ReplyDeleteGreat post. I had a weird experience with a guy on my trail I run on most days. I went straight out and bought pepper spray that night. I never run without it now. But after your post I'm thinking I might grab a pocket knife too. Guess we can't be too careful. I hate as females we have to take these extra steps. Great post!
ReplyDeleteSo tragic about Sherry, I can't believe it... I never run alone outside in the dark, I've always been a "chicken" and therefore do all my weekday runs on my treadmill. On weekends I run with running friends or along busy roads. Be safe!!
ReplyDeleteI've been struggling with running outside since I read of her going missing. I run up and down the same 4 mile run for my 8 mile runs and while I always felt safe now I feel almost naked. Vulnerable. Ugh. I hate it.
ReplyDeleteBe careful with that knife. Make sure it has a lockable blade (looks like it does) and be sure it fits in your hand comfortably so it won't slip out of your hand if you have to use it.
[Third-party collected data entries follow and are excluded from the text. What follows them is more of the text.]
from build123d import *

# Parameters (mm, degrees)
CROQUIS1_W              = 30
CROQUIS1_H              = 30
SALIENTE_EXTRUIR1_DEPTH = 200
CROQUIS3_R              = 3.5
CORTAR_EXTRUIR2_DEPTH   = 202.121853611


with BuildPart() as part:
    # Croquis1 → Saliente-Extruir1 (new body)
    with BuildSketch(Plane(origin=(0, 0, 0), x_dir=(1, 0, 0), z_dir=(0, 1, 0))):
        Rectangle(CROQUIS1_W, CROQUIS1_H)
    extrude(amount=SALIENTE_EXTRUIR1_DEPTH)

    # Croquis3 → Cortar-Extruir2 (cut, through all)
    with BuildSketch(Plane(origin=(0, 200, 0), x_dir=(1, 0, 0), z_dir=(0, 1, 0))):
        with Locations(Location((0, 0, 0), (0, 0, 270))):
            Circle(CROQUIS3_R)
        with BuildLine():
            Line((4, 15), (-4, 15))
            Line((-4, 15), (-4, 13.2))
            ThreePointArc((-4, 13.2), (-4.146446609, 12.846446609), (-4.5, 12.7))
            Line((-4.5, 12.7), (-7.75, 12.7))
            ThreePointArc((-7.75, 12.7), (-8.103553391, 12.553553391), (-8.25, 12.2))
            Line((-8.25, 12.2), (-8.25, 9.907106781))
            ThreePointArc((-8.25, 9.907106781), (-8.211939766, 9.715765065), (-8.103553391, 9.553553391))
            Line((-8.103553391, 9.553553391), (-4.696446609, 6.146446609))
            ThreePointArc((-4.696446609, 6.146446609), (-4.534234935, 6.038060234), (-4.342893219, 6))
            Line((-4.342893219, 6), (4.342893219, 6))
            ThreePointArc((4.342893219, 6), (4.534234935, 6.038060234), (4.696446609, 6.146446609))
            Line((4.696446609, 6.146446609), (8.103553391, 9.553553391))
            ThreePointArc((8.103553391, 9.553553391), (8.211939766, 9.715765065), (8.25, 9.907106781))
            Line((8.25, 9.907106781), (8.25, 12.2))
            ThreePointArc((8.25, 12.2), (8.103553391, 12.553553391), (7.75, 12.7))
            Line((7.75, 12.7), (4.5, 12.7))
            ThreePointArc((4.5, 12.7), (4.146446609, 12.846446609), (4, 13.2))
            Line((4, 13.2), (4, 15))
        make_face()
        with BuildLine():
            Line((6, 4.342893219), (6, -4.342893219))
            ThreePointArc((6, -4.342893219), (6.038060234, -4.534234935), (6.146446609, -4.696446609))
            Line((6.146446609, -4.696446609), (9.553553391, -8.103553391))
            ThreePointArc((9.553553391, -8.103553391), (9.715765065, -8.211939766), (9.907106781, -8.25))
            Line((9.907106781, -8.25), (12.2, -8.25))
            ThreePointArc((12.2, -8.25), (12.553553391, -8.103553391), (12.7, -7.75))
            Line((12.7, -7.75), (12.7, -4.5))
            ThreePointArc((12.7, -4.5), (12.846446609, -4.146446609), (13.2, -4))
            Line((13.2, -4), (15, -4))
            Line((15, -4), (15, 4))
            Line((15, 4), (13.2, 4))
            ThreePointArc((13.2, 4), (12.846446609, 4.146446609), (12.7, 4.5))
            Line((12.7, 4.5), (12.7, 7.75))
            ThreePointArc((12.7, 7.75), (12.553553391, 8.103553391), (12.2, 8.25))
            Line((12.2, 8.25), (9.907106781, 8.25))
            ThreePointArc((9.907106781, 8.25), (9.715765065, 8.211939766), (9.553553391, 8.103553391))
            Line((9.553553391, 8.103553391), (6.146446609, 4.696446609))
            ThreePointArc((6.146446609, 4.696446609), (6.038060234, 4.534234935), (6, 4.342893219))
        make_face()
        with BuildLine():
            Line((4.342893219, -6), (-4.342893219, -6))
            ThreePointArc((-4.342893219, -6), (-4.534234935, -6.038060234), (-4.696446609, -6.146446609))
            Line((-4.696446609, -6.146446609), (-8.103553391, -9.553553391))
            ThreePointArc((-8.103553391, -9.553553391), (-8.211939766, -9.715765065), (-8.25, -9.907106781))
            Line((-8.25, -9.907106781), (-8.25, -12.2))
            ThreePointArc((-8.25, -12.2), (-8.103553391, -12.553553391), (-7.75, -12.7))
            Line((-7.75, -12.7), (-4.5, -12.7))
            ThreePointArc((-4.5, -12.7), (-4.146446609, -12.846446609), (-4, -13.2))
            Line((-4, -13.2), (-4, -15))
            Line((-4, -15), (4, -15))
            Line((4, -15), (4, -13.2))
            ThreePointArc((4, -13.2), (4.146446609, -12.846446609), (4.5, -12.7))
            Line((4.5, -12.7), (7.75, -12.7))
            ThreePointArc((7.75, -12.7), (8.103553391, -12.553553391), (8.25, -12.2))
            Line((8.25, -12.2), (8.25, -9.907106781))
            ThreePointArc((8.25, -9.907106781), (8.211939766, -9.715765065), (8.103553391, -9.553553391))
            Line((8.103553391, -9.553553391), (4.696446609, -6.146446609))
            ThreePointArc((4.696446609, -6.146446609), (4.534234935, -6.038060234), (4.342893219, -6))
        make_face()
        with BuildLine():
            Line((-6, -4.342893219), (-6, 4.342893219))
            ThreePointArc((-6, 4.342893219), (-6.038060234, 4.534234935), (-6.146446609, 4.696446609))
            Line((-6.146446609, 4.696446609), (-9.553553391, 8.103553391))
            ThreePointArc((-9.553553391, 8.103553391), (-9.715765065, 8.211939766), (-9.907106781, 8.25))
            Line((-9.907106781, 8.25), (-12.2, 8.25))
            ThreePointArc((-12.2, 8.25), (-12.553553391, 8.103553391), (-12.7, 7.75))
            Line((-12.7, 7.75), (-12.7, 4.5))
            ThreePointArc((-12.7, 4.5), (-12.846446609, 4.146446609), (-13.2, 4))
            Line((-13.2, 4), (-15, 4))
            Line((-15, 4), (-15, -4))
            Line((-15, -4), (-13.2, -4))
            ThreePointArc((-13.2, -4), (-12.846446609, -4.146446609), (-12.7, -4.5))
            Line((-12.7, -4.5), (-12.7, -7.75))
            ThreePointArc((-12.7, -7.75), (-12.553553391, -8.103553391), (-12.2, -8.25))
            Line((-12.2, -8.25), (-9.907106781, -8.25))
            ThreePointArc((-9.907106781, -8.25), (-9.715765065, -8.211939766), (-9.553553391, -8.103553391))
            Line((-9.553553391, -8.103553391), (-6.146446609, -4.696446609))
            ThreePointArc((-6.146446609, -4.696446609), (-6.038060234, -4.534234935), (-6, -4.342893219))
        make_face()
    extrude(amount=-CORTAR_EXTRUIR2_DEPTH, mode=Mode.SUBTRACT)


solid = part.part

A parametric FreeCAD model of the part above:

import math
import FreeCAD as App
import Part
import Sketcher

V = App.Vector


def add_polygon(sketch, points):
    """Adds a closed chain of lines whose ends are joined by coincident constraints."""
    first, n = sketch.GeometryCount, len(points)
    for a, b in zip(points, points[1:] + points[:1]):
        sketch.addGeometry(Part.LineSegment(App.Vector(*a, 0), App.Vector(*b, 0)), False)
    for i in range(n):
        sketch.addConstraint(Sketcher.Constraint("Coincident", first + i, 2, first + (i + 1) % n, 1))

doc = App.newDocument("Part")
body = doc.addObject("PartDesign::Body", "Body")

# Sketch on XZ plane
sketch1 = body.newObject("Sketcher::SketchObject", "Sketch")
sketch1.AttachmentSupport = (doc.getObject("XZ_Plane"), [""])
sketch1.MapMode = "FlatFace"
add_polygon(sketch1, [(-15, -15), (-15, 15), (15, 15), (15, -15)])  # lines 0-3
sketch1.addConstraint(Sketcher.Constraint("Vertical", 0))
sketch1.addConstraint(Sketcher.Constraint("Horizontal", 1))
sketch1.addConstraint(Sketcher.Constraint("Vertical", 2))
sketch1.addConstraint(Sketcher.Constraint("Horizontal", 3))
sketch1.addConstraint(Sketcher.Constraint("Symmetric", 0, 2, 2, 2, -1, 1))
sketch1.addConstraint(Sketcher.Constraint("Equal", 3, 0))
sketch1.addConstraint(Sketcher.Constraint("DistanceX", 1, 1, 1, 2, 30.0))
pad1 = body.newObject("PartDesign::Pad", "Pad")
pad1.Profile = sketch1
pad1.Length = 200
pad1.Reversed = True

# Sketch on XZ plane
sketch2 = body.newObject("Sketcher::SketchObject", "Sketch001")
sketch2.AttachmentSupport = (doc.getObject("XZ_Plane"), [""])
sketch2.MapMode = "FlatFace"
sketch2.AttachmentOffset = App.Placement(V(0, 0, -200), App.Rotation())
sketch2.addGeometry(Part.Circle(V(0, 0, 0), V(0, 0, 1), 3.5), False)
sketch2.addGeometry(Part.LineSegment(V(4, -15, 0), V(-4, -15, 0)), False)
sketch2.addGeometry(Part.LineSegment(V(-4, -15, 0), V(-4, -13.2, 0)), False)
sketch2.addGeometry(Part.ArcOfCircle(Part.Circle(V(-4.5, -13.2, 0), V(0, 0, 1), 0.5), math.radians(0), math.radians(90)), False)
sketch2.addGeometry(Part.LineSegment(V(-4.5, -12.7, 0), V(-7.75, -12.7, 0)), False)
sketch2.addGeometry(Part.ArcOfCircle(Part.Circle(V(-7.75, -12.2, 0), V(0, 0, 1), 0.5), math.radians(180), math.radians(270)), False)
sketch2.addGeometry(Part.LineSegment(V(-8.25, -12.2, 0), V(-8.25, -9.91, 0)), False)
sketch2.addGeometry(Part.ArcOfCircle(Part.Circle(V(-7.75, -9.91, 0), V(0, 0, 1), 0.5), math.radians(135), math.radians(180)), False)
sketch2.addGeometry(Part.LineSegment(V(-8.1, -9.55, 0), V(-4.7, -6.15, 0)), False)
sketch2.addGeometry(Part.ArcOfCircle(Part.Circle(V(-4.34, -6.5, 0), V(0, 0, 1), 0.5), math.radians(90), math.radians(135)), False)
sketch2.addGeometry(Part.LineSegment(V(-4.34, -6, 0), V(4.34, -6, 0)), False)
sketch2.addGeometry(Part.ArcOfCircle(Part.Circle(V(4.34, -6.5, 0), V(0, 0, 1), 0.5), math.radians(45), math.radians(90)), False)
sketch2.addGeometry(Part.LineSegment(V(4.7, -6.15, 0), V(8.1, -9.55, 0)), False)
sketch2.addGeometry(Part.ArcOfCircle(Part.Circle(V(7.75, -9.91, 0), V(0, 0, 1), 0.5), math.radians(0), math.radians(45)), False)
sketch2.addGeometry(Part.LineSegment(V(8.25, -9.91, 0), V(8.25, -12.2, 0)), False)
sketch2.addGeometry(Part.ArcOfCircle(Part.Circle(V(7.75, -12.2, 0), V(0, 0, 1), 0.5), math.radians(-90), math.radians(0)), False)
sketch2.addGeometry(Part.LineSegment(V(7.75, -12.7, 0), V(4.5, -12.7, 0)), False)
sketch2.addGeometry(Part.ArcOfCircle(Part.Circle(V(4.5, -13.2, 0), V(0, 0, 1), 0.5), math.radians(90), math.radians(180)), False)
sketch2.addGeometry(Part.LineSegment(V(4, -13.2, 0), V(4, -15, 0)), False)
sketch2.addGeometry(Part.LineSegment(V(6, -4.34, 0), V(6, 4.34, 0)), False)
sketch2.addGeometry(Part.ArcOfCircle(Part.Circle(V(6.5, 4.34, 0), V(0, 0, 1), 0.5), math.radians(135), math.radians(180)), False)
sketch2.addGeometry(Part.LineSegment(V(6.15, 4.7, 0), V(9.55, 8.1, 0)), False)
sketch2.addGeometry(Part.ArcOfCircle(Part.Circle(V(9.91, 7.75, 0), V(0, 0, 1), 0.5), math.radians(90), math.radians(135)), False)
sketch2.addGeometry(Part.LineSegment(V(9.91, 8.25, 0), V(12.2, 8.25, 0)), False)
sketch2.addGeometry(Part.ArcOfCircle(Part.Circle(V(12.2, 7.75, 0), V(0, 0, 1), 0.5), math.radians(0), math.radians(90)), False)
sketch2.addGeometry(Part.LineSegment(V(12.7, 7.75, 0), V(12.7, 4.5, 0)), False)
sketch2.addGeometry(Part.ArcOfCircle(Part.Circle(V(13.2, 4.5, 0), V(0, 0, 1), 0.5), math.radians(180), math.radians(270)), False)
sketch2.addGeometry(Part.LineSegment(V(13.2, 4, 0), V(15, 4, 0)), False)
A Marine friend of mine always tells me - don't carry a weapon unless you know how to use it, otherwise it can be used against you.
ReplyDeletePlease be safe!
i've always been really cavalier about running safety, while my hubs would always insist i run with someone. would drive me insane. but after following sherry's story, hubs is so right. i'm dfeinitely keeping safety more in my mind now.
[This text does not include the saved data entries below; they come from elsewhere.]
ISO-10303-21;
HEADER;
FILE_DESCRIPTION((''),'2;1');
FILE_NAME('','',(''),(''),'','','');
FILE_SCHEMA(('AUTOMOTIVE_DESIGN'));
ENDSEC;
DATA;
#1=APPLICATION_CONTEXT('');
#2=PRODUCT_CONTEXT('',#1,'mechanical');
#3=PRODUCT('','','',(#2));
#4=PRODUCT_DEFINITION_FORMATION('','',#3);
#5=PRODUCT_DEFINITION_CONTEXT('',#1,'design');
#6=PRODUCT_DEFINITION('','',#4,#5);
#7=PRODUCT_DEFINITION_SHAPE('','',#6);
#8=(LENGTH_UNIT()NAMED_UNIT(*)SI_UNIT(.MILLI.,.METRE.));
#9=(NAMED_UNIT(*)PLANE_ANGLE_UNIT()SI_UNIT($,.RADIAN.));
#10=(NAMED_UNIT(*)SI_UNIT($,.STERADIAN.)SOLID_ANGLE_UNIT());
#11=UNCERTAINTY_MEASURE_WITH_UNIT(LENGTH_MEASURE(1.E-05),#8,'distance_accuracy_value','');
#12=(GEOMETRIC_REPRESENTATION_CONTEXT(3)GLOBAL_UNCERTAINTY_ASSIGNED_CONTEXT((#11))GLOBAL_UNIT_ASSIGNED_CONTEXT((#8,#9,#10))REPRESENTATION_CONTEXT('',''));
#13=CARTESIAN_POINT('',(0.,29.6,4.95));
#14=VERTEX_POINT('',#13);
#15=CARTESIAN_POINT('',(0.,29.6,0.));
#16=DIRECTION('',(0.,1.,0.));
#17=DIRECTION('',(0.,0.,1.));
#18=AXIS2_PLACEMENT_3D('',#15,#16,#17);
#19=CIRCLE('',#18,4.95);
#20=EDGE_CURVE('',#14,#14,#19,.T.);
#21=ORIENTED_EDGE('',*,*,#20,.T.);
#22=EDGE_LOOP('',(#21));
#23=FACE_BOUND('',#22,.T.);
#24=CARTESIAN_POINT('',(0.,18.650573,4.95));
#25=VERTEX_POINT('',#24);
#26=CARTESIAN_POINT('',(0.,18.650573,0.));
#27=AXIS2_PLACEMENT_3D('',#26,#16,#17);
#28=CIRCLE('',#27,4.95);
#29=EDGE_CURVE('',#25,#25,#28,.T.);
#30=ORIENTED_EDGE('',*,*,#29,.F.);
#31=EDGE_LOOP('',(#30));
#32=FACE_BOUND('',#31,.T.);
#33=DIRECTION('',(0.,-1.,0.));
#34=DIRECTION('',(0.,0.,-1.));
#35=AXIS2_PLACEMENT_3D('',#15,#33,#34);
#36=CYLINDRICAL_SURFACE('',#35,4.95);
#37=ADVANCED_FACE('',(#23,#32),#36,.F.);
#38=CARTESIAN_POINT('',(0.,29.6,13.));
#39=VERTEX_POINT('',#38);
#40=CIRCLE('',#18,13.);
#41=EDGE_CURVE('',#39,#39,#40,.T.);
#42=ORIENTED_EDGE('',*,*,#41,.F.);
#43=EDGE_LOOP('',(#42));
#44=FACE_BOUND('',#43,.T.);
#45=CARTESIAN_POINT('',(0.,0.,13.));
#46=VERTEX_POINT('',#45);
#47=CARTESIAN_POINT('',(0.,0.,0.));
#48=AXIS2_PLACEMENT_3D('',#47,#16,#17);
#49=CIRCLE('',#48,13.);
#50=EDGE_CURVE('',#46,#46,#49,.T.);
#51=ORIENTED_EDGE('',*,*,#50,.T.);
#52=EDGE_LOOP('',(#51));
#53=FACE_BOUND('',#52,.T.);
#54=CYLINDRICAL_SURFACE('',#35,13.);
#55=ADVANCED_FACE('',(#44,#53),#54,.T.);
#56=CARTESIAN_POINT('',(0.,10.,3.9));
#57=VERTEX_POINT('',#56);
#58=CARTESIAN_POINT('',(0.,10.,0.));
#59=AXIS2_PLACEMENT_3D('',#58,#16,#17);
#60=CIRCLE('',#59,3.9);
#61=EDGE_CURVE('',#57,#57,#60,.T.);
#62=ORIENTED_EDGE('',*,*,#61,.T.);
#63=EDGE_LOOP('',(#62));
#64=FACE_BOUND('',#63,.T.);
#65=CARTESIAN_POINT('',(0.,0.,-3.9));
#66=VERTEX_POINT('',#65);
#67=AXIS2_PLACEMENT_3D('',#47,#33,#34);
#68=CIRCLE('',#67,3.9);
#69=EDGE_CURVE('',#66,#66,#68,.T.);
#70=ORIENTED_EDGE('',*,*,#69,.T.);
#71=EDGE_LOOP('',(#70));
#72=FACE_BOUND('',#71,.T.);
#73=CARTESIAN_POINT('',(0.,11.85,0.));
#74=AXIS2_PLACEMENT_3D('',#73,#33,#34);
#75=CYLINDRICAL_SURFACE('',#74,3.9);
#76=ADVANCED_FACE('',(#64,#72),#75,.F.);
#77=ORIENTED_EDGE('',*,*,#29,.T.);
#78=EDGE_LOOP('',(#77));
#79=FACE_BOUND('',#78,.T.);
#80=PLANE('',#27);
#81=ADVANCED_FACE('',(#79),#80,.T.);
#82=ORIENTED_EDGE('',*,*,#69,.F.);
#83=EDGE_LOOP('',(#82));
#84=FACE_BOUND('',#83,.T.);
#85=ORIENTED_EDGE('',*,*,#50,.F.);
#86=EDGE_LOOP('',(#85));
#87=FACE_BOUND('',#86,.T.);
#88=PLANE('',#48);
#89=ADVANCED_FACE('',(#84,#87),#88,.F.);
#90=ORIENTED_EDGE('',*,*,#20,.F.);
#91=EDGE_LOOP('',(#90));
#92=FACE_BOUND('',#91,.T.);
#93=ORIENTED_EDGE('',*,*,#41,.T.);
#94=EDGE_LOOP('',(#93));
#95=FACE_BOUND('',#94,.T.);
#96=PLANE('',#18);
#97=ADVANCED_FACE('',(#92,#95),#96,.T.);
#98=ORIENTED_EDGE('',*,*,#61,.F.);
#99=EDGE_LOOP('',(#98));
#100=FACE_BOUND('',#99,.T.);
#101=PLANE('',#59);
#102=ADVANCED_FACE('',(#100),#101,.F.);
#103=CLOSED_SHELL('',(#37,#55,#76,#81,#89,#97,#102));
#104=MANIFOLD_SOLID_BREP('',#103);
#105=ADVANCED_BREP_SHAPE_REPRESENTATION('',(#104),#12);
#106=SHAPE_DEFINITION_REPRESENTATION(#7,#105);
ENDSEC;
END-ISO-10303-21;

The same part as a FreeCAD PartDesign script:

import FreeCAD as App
import Part
import Sketcher

doc = App.newDocument("Part")
params = doc.addObject("Spreadsheet::Sheet", "Params")
for row, (alias, value) in enumerate([
    ("sketch1_diameter", "26 mm"),
    ("sketch1_diameter2", "9.9 mm"),
    ("pad1_length", "29.6 mm"),
    ("sketch2_diameter", "9.9 mm"),
    ("pad2_length", "8.650573 mm"),
    ("sketch3_diameter", "9.9 mm"),
    ("sketch3_diameter2", "7.8 mm"),
    ("pad3_length", "11.85 mm"),
], start=1):
    params.set(f"A{row}", alias)
    params.set(f"B{row}", "=" + value)
    params.setAlias(f"B{row}", alias)

body = doc.addObject("PartDesign::Body", "Body")

# Sketch on XZ plane
sketch1 = body.newObject("Sketcher::SketchObject", "Sketch")
sketch1.AttachmentSupport = (doc.getObject("XZ_Plane"), [""])
sketch1.MapMode = "FlatFace"
sketch1.addGeometry(Part.Circle(App.Vector(0, 0, 0), App.Vector(0, 0, 1), 13), False)
sketch1.addGeometry(Part.Circle(App.Vector(0, 0, 0), App.Vector(0, 0, 1), 5), False)
sketch1.addConstraint(Sketcher.Constraint("Coincident", 0, 3, -1, 1))
sketch1.addConstraint(Sketcher.Constraint("Coincident", 1, 3, -1, 1))
sketch1.addConstraint(Sketcher.Constraint("Diameter", 0, 26.0))
sketch1.addConstraint(Sketcher.Constraint("Diameter", 1, 9.9))
sketch1.setExpression("Constraints[2]", "Params.sketch1_diameter")
sketch1.setExpression("Constraints[3]", "Params.sketch1_diameter2")
pad1 = body.newObject("PartDesign::Pad", "Pad")
pad1.Profile = sketch1
pad1.setExpression("Length", "Params.pad1_length")
pad1.Reversed = True

# Sketch on XZ plane
sketch2 = body.newObject("Sketcher::SketchObject", "Sketch001")
sketch2.AttachmentSupport = (doc.getObject("XZ_Plane"), [""])
sketch2.MapMode = "FlatFace"
sketch2.AttachmentOffset = App.Placement(App.Vector(0, 0, -18.650573), App.Rotation())
sketch2.addGeometry(Part.Circle(App.Vector(0, 0, 0), App.Vector(0, 0, 1), 5), False)
sketch2.addConstraint(Sketcher.Constraint("Coincident", 0, 3, -1, 1))
sketch2.addConstraint(Sketcher.Constraint("Diameter", 0, 9.9))
sketch2.setExpression("Constraints[1]", "Params.sketch2_diameter")
pad2 = body.newObject("PartDesign::Pad", "Pad001")
pad2.Profile = sketch2
pad2.setExpression("Length", "Params.pad2_length")

# Sketch on XZ plane
sketch3 = body.newObject("Sketcher::SketchObject", "Sketch002")
sketch3.AttachmentSupport = (doc.getObject("XZ_Plane"), [""])
sketch3.MapMode = "FlatFace"
sketch3.addGeometry(Part.Circle(App.Vector(0, 0, 0), App.Vector(0, 0, 1), 5), False)
sketch3.addGeometry(Part.Circle(App.Vector(0, 0, 0), App.Vector(0, 0, 1), 3.9), False)
sketch3.addConstraint(Sketcher.Constraint("Coincident", 0, 3, -1, 1))
sketch3.addConstraint(Sketcher.Constraint("Coincident", 1, 3, -1, 1))
sketch3.addConstraint(Sketcher.Constraint("Diameter", 0, 9.9))
sketch3.addConstraint(Sketcher.Constraint("Diameter", 1, 7.8))
sketch3.setExpression("Constraints[2]", "Params.sketch3_diameter")
sketch3.setExpression("Constraints[3]", "Params.sketch3_diameter2")
pad3 = body.newObject("PartDesign::Pad", "Pad002")
pad3.Profile = sketch3
pad3.setExpression("Length", "Params.pad3_length")
pad3.Reversed = True

doc.recompute()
ReplyDeleteI never thought about running with a knife. I may just start doing that. I will have to see if I can find mine.
ReplyDeleteIt has been so easy to feel safe and secure here in rural Montana, what a wake up call.
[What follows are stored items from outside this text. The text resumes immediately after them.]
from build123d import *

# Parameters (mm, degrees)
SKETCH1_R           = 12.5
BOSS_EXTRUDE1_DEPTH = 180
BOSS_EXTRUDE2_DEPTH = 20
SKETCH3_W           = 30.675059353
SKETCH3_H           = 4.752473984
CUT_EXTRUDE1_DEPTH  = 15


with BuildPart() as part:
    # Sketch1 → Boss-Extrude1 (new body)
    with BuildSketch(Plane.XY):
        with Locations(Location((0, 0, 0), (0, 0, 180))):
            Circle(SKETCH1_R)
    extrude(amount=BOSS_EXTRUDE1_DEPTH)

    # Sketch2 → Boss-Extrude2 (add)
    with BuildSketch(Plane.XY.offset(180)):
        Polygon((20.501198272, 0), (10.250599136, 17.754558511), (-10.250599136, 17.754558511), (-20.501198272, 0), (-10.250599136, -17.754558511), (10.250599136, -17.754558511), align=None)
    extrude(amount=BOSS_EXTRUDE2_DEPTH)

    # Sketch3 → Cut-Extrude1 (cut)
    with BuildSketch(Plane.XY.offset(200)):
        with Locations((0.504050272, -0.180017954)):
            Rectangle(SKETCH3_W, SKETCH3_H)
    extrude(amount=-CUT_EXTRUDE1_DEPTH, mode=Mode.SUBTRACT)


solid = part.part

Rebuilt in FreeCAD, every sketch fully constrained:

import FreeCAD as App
import Part
import Sketcher
from FreeCAD import Vector
Q = App.Units.Quantity


def add_polygon(sketch, points):
    """Adds a closed chain of lines whose ends are joined by coincident constraints."""
    first, n = sketch.GeometryCount, len(points)
    for a, b in zip(points, points[1:] + points[:1]):
        sketch.addGeometry(Part.LineSegment(App.Vector(*a, 0), App.Vector(*b, 0)), False)
    for i in range(n):
        sketch.addConstraint(Sketcher.Constraint("Coincident", first + i, 2, first + (i + 1) % n, 1))

doc = App.newDocument("Part")
params = doc.addObject("Spreadsheet::Sheet", "Params")
for row, (alias, value) in enumerate([
    ("sketch1_diameter", "25 mm"),
    ("pad1_length", "180 mm"),
    ("pad2_length", "20 mm"),
    ("pocket1_length", "15 mm"),
], start=1):
    params.set(f"A{row}", alias)
    params.set(f"B{row}", "=" + value)
    params.setAlias(f"B{row}", alias)

body = doc.addObject("PartDesign::Body", "Body")

# Sketch on XY plane
sketch1 = body.newObject("Sketcher::SketchObject", "Sketch")
sketch1.AttachmentSupport = (doc.getObject("XY_Plane"), [""])
sketch1.MapMode = "FlatFace"
sketch1.addGeometry(Part.Circle(Vector(0, 0, 0), Vector(0, 0, 1), 12.5), False)
sketch1.addConstraint(Sketcher.Constraint("Coincident", 0, 3, -1, 1))
sketch1.addConstraint(Sketcher.Constraint("Diameter", 0, 25.0))
sketch1.setExpression("Constraints[1]", "Params.sketch1_diameter")
pad1 = body.newObject("PartDesign::Pad", "Pad")
pad1.Profile = sketch1
pad1.setExpression("Length", "Params.pad1_length")

# Sketch on XY plane
sketch2 = body.newObject("Sketcher::SketchObject", "Sketch001")
sketch2.AttachmentSupport = (doc.getObject("XY_Plane"), [""])
sketch2.MapMode = "FlatFace"
sketch2.AttachmentOffset = App.Placement(Vector(0, 0, 180), App.Rotation())
add_polygon(sketch2, [(20.501198, 0), (10.250599, 17.754559), (-10.250599, 17.754559), (-20.501198, 0), (-10.250599, -17.754559), (10.250599, -17.754559)])  # lines 0-5
sketch2.addConstraint(Sketcher.Constraint("Horizontal", 1))
sketch2.addConstraint(Sketcher.Constraint("Horizontal", 4))
sketch2.addConstraint(Sketcher.Constraint("Symmetric", 0, 2, 3, 2, -1, 1))
sketch2.addConstraint(Sketcher.Constraint("Symmetric", 2, 2, 5, 2, -1, 1))
sketch2.addConstraint(Sketcher.Constraint("PointOnObject", 2, 2, -1))
sketch2.addConstraint(Sketcher.Constraint("Parallel", 2, 5))
sketch2.addConstraint(Sketcher.Constraint("Vertical", 1, 2, 3, 2))
sketch2.addConstraint(Sketcher.Constraint("Angle", 0, Q("120 deg")))
sketch2.addConstraint(Sketcher.Constraint("DistanceX", 1, 2, 1, 1, 20.501198))
sketch2.addConstraint(Sketcher.Constraint("Distance", 0, 20.501198))
pad2 = body.newObject("PartDesign::Pad", "Pad001")
pad2.Profile = sketch2
pad2.setExpression("Length", "Params.pad2_length")

# Sketch on XY plane
sketch3 = body.newObject("Sketcher::SketchObject", "Sketch002")
sketch3.AttachmentSupport = (doc.getObject("XY_Plane"), [""])
sketch3.MapMode = "FlatFace"
sketch3.AttachmentOffset = App.Placement(Vector(0, 0, 200), App.Rotation())
add_polygon(sketch3, [(-14.833479, 2.196219), (-14.833479, -2.556255), (15.84158, -2.556255), (15.84158, 2.196219)])  # lines 0-3
sketch3.addConstraint(Sketcher.Constraint("Vertical", 0))
sketch3.addConstraint(Sketcher.Constraint("Horizontal", 1))
sketch3.addConstraint(Sketcher.Constraint("Vertical", 2))
sketch3.addConstraint(Sketcher.Constraint("Horizontal", 3))
sketch3.addConstraint(Sketcher.Constraint("DistanceX", 1, 1, 1, 2, 30.675059))
sketch3.addConstraint(Sketcher.Constraint("DistanceY", 0, 2, 0, 1, 4.752474))
sketch3.addConstraint(Sketcher.Constraint("DistanceX", 0, 2, -1, 1, 14.833479))
sketch3.addConstraint(Sketcher.Constraint("DistanceY", -1, 1, 2, 2, 2.196219))
pocket1 = body.newObject("PartDesign::Pocket", "Pocket")
pocket1.Profile = sketch3
pocket1.setExpression("Length", "Params.pocket1_length")

doc.recompute()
Sherry's story makes me so sad. It's scary, but I know we can't stop doing what we do because of it. We can only move on and learn from it. Running is not always safe and we need to be smart.
ReplyDeleteWay to be prepared. I need to get some pepper spray!
Yes, it can be scary. I headed out on a long run at 4:30 in the morning last summer (in my neighborhood) and some wacko was walking on the opposite side of the street and yelling at me, "Excuse me!" It scared the heck out of me. Haven't bought the pepper spray yet, but I think I need to. Thanks for sharing on this serious topic!
ReplyDeleteThose are quite adequate for self defense. In fact, women should carry those tools as a last resort.
ReplyDeleteIt is a good idea to carry a pocket knife with you especially during night time. If you have time, you can actually do some tricks with the knife to ensure your safety. In addition, a perfume can also be used as self defense item. It contains alcohol that may cause eye irritation.
ReplyDeleteSurvival knives are not only being used in the wilderness during backpacking and camping. They can definitely be used for self defense. My wife always has a bear grylls survival knife in her bag for her to be used during emergency crisis.